Problem description: Begin with the first line of the entries below and reproduce each line exactly, ending with the line that holds "v 38.1 72.897 -36.635".

Saved entries:
= = = = = = =

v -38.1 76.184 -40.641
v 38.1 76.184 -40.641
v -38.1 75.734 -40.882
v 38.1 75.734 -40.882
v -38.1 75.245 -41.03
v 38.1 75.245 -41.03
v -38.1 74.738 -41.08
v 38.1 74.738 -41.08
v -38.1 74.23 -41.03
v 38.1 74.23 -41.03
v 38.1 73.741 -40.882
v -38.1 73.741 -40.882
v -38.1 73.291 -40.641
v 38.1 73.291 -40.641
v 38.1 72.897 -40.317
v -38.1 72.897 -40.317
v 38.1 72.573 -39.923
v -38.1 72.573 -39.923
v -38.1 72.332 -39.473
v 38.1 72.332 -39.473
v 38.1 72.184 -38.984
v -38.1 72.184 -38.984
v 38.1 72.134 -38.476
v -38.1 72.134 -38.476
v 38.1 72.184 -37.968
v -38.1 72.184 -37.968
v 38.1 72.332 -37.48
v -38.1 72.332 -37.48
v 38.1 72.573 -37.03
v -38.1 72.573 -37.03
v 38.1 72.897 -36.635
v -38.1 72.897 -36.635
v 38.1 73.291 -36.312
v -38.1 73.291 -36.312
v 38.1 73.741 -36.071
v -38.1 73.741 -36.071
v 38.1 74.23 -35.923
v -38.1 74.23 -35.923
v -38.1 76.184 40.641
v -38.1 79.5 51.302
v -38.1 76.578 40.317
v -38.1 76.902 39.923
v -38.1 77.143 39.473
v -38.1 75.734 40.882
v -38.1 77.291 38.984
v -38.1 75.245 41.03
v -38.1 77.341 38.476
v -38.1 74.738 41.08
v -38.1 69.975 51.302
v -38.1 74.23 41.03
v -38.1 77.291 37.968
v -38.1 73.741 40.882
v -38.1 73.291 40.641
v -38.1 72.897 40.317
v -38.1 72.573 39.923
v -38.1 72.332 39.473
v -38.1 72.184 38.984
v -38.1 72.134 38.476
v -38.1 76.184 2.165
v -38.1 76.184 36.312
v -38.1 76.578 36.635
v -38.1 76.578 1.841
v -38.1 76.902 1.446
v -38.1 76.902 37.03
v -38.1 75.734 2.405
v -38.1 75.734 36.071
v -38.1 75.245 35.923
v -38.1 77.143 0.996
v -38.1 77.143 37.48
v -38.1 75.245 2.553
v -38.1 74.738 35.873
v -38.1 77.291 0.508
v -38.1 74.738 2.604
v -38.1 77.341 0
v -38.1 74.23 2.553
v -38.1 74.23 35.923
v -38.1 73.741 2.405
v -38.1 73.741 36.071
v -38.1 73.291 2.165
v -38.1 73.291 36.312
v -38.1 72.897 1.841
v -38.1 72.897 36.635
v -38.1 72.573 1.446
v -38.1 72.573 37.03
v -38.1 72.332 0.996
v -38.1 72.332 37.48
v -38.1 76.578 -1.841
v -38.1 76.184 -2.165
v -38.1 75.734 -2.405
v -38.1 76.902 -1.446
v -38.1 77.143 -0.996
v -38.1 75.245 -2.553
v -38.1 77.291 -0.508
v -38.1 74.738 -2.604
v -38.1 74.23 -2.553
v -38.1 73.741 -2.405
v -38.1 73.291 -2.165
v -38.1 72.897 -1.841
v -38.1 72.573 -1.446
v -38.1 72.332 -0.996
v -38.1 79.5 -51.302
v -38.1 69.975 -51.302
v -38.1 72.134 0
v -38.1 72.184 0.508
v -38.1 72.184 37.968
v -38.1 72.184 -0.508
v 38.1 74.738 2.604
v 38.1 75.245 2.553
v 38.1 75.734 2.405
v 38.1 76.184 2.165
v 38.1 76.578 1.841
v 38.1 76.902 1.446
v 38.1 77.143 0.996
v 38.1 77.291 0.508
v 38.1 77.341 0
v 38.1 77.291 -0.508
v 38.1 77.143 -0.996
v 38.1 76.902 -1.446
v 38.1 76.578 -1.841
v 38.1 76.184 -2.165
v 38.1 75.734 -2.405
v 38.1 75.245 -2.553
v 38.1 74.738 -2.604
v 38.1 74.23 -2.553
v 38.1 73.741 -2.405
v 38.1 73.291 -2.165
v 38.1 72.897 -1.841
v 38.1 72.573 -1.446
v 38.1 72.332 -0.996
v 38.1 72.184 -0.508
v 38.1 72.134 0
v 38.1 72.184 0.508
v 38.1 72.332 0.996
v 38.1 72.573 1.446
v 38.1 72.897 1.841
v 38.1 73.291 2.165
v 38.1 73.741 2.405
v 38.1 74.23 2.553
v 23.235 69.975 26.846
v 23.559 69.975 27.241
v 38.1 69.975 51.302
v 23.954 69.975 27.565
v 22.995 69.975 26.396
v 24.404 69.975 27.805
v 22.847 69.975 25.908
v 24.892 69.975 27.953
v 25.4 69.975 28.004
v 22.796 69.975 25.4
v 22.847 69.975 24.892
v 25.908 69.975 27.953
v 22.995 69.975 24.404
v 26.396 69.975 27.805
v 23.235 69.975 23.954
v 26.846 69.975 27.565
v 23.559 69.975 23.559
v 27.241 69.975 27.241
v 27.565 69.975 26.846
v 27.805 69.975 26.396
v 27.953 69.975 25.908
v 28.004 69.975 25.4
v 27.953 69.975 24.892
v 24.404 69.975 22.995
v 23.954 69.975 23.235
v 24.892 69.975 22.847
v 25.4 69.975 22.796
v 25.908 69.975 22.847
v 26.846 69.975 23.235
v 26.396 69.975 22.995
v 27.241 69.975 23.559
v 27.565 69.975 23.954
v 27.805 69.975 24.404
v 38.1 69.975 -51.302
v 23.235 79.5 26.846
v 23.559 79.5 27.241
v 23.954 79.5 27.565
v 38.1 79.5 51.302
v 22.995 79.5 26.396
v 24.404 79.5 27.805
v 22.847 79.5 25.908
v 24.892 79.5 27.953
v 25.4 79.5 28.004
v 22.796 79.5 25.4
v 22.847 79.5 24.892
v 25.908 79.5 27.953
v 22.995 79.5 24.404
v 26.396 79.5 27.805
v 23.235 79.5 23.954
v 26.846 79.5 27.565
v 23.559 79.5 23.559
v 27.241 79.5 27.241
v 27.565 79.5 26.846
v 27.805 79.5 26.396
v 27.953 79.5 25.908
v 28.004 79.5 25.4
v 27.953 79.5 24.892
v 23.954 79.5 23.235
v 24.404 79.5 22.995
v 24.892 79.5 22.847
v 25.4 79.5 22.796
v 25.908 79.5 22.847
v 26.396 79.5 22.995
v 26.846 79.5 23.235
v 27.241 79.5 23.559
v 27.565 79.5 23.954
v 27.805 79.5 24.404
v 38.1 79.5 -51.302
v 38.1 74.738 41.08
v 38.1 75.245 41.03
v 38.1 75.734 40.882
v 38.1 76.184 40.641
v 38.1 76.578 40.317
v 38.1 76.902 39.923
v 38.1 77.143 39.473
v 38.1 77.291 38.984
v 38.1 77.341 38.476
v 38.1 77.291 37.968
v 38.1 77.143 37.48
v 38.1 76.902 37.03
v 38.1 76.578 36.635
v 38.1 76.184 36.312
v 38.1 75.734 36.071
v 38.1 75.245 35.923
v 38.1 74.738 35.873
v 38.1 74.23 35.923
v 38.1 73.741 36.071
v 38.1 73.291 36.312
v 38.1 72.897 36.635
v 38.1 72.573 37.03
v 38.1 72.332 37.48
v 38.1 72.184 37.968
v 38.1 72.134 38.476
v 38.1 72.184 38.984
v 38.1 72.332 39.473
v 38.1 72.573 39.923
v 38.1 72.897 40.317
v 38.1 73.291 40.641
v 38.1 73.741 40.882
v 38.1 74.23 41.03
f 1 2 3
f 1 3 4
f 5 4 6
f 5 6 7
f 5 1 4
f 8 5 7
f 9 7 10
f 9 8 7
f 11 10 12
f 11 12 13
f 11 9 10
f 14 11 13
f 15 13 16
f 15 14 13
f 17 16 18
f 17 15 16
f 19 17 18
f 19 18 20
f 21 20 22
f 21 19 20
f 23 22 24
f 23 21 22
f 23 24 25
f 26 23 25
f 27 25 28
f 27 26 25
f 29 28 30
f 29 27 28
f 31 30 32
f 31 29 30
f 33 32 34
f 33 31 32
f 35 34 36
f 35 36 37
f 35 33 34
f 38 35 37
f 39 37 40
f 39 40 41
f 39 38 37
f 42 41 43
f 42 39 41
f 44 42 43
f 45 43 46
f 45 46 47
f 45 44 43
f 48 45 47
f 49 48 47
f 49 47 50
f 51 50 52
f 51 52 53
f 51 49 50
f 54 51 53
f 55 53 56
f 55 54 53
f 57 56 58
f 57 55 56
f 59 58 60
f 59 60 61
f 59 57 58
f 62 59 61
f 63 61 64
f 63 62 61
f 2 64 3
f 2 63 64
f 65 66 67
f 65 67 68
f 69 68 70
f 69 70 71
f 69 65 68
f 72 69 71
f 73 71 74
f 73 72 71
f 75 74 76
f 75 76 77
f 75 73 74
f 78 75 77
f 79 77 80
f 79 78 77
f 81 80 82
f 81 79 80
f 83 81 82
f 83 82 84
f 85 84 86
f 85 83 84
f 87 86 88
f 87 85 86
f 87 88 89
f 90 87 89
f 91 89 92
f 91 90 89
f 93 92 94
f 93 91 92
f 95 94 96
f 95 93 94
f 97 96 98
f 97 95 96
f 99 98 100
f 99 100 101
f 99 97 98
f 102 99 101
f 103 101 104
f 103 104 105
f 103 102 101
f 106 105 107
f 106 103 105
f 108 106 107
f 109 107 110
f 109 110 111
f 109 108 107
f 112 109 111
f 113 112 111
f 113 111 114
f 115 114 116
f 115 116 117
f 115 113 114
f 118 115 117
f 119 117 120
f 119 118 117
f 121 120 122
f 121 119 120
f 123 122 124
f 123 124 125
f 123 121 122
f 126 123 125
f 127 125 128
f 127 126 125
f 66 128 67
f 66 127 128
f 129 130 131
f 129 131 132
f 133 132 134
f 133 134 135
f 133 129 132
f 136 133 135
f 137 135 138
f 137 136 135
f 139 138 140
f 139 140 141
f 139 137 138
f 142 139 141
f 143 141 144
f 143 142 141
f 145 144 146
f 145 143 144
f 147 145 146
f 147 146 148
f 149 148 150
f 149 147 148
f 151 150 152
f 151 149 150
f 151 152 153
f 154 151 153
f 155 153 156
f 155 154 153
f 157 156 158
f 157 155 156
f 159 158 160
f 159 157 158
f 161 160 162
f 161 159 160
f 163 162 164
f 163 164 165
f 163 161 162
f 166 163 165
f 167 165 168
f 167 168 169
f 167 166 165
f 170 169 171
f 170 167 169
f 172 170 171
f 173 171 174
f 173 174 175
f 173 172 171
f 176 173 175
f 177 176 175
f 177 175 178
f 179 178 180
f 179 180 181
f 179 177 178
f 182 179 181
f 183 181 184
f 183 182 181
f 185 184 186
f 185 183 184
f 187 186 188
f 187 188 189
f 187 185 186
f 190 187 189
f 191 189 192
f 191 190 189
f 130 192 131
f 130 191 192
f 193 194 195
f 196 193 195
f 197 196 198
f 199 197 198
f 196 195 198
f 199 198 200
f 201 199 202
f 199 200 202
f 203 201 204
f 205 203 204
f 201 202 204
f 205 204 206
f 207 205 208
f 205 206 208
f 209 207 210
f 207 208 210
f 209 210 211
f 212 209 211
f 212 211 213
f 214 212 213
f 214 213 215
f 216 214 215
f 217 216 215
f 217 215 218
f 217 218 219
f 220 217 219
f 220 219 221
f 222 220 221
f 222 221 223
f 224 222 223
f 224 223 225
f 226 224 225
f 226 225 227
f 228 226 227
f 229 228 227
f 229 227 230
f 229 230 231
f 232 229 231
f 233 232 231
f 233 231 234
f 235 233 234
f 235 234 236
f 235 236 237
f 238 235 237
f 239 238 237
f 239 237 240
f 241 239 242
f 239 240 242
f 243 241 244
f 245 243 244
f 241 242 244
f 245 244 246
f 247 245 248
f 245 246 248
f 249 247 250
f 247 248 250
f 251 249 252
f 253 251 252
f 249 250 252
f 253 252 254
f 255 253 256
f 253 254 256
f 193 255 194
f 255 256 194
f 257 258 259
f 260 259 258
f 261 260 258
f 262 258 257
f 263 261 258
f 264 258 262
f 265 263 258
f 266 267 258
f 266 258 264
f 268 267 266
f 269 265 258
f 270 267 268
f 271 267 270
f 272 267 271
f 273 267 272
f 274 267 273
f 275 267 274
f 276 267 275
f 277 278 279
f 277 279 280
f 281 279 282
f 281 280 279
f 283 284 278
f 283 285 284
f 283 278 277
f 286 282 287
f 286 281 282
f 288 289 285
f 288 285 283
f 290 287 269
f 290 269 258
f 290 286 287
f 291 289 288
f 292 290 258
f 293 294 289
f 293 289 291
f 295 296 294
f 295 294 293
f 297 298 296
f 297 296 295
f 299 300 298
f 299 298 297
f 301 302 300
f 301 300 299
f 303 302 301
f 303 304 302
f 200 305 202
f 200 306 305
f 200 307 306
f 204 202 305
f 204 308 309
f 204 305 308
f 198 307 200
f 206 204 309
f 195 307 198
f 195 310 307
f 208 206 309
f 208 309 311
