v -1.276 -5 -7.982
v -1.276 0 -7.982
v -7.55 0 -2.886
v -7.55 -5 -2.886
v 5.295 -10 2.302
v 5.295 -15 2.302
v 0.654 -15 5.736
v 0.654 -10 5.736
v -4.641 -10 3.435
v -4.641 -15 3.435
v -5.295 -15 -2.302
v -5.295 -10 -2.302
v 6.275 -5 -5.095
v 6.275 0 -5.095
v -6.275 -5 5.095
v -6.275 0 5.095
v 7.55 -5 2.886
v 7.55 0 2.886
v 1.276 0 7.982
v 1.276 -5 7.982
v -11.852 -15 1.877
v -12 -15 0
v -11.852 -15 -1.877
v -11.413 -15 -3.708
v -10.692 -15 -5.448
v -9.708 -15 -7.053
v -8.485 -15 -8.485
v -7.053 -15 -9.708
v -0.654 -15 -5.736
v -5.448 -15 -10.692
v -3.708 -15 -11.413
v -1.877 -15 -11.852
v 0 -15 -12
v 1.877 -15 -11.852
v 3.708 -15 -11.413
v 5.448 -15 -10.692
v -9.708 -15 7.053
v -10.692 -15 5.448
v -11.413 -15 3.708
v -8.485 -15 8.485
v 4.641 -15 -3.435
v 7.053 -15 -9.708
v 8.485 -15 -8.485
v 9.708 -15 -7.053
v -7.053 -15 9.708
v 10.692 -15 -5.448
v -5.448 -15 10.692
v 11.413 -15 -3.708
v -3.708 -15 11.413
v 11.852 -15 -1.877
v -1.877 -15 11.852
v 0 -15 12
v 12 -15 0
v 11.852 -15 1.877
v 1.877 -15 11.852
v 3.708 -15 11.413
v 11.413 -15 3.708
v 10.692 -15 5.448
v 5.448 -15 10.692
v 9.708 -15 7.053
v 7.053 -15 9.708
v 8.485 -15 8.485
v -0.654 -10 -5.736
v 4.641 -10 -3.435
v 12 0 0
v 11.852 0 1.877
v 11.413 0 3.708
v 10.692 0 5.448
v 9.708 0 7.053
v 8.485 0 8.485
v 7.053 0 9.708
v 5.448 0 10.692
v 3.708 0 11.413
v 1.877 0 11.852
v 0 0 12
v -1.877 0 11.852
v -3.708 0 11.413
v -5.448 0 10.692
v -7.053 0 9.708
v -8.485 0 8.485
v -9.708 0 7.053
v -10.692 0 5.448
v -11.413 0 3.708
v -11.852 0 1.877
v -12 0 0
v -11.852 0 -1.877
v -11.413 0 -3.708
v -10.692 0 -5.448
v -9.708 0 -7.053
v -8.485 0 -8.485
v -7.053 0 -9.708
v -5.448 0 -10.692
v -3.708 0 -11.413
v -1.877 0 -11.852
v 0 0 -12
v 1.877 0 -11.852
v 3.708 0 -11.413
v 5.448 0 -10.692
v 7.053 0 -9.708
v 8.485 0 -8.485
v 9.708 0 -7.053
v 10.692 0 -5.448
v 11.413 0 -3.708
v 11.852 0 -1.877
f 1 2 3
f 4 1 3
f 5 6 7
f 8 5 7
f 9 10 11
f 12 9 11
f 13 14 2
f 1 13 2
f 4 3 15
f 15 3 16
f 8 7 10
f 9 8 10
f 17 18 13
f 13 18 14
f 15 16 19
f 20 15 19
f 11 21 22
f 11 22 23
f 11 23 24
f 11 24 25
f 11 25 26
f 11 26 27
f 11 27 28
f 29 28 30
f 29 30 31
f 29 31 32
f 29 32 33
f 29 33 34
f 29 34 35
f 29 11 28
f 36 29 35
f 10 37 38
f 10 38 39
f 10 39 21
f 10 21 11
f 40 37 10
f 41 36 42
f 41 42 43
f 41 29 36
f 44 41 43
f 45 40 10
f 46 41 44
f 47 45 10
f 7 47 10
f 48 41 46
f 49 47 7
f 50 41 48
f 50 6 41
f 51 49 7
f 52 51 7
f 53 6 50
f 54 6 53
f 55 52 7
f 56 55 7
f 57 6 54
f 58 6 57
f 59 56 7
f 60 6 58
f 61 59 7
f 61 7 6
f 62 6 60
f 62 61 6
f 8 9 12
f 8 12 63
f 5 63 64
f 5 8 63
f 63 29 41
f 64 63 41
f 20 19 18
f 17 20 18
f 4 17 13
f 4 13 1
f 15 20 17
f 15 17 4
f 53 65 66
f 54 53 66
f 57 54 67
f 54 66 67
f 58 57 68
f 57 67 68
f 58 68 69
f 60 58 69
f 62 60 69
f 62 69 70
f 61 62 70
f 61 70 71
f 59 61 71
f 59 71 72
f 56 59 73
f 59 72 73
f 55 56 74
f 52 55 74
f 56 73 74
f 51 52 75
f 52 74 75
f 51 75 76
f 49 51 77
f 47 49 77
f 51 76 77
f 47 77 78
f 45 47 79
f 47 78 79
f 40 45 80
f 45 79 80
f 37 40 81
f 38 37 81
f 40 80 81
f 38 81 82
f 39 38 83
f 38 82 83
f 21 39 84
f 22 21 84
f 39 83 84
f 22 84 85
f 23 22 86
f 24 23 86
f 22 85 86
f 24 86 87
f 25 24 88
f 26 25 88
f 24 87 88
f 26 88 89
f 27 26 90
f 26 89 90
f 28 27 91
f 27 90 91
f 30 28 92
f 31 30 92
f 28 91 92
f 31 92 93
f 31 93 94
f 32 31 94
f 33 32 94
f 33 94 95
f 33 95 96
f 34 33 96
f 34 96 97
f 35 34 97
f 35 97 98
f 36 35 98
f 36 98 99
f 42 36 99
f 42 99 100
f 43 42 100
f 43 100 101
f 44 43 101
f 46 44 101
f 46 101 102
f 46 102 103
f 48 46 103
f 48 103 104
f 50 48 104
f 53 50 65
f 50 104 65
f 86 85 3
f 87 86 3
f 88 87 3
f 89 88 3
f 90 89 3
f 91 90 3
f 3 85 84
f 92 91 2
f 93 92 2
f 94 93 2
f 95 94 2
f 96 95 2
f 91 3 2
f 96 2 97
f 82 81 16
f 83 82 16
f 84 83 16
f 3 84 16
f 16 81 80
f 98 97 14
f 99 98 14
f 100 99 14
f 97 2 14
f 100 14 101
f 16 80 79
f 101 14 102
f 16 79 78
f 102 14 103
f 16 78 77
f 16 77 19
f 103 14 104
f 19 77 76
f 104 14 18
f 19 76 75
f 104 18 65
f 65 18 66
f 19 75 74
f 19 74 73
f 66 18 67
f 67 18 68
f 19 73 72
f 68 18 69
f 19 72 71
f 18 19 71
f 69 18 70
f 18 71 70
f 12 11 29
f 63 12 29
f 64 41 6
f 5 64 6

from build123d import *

# Parameters (mm, degrees)
F0_R     = 12
F1_DEPTH = 15
F3_DEPTH = 5
F5_DEPTH = 5


with BuildPart() as f1:
    # F0 (on Front) → F1 (new body)
    with BuildSketch(Plane.XZ):
        Circle(F0_R)
    extrude(amount=F1_DEPTH)

    # F2 (on face) → F3 (cut)
    with BuildSketch(Plane.XZ.offset(15)):
        Polygon((5.294932, 2.301527), (0.654286, 5.736309), (-4.640647, 3.434783), (-5.294932, -2.301527), (-0.654286, -5.736309), (4.640647, -3.434783), align=None)
    extrude(amount=-F3_DEPTH, mode=Mode.SUBTRACT)

    # F4 (on face) → F5 (cut)
    with BuildSketch(Plane(origin=(0, 0, 0), x_dir=(-1, 0, 0), z_dir=(0, 1, 0))):
        Polygon((6.274529, 5.095451), (-1.275526, 7.981627), (-7.550054, 2.886176), (-6.274529, -5.095451), (1.275526, -7.981627), (7.550054, -2.886176), align=None)
    extrude(amount=-F5_DEPTH, mode=Mode.SUBTRACT)


solid = f1.part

= = = = = = =

Problem solution:
v -38.1 76.184 -40.641
v 38.1 76.184 -40.641
v -38.1 75.734 -40.882
v 38.1 75.734 -40.882
v -38.1 75.245 -41.03
v 38.1 75.245 -41.03
v -38.1 74.738 -41.08
v 38.1 74.738 -41.08
v -38.1 74.23 -41.03
v 38.1 74.23 -41.03
v 38.1 73.741 -40.882
v -38.1 73.741 -40.882
v -38.1 73.291 -40.641
v 38.1 73.291 -40.641
v 38.1 72.897 -40.317
v -38.1 72.897 -40.317
v 38.1 72.573 -39.923
v -38.1 72.573 -39.923
v -38.1 72.332 -39.473
v 38.1 72.332 -39.473
v 38.1 72.184 -38.984
v -38.1 72.184 -38.984
v 38.1 72.134 -38.476
v -38.1 72.134 -38.476
v 38.1 72.184 -37.968
v -38.1 72.184 -37.968
v 38.1 72.332 -37.48
v -38.1 72.332 -37.48
v 38.1 72.573 -37.03
v -38.1 72.573 -37.03
v 38.1 72.897 -36.635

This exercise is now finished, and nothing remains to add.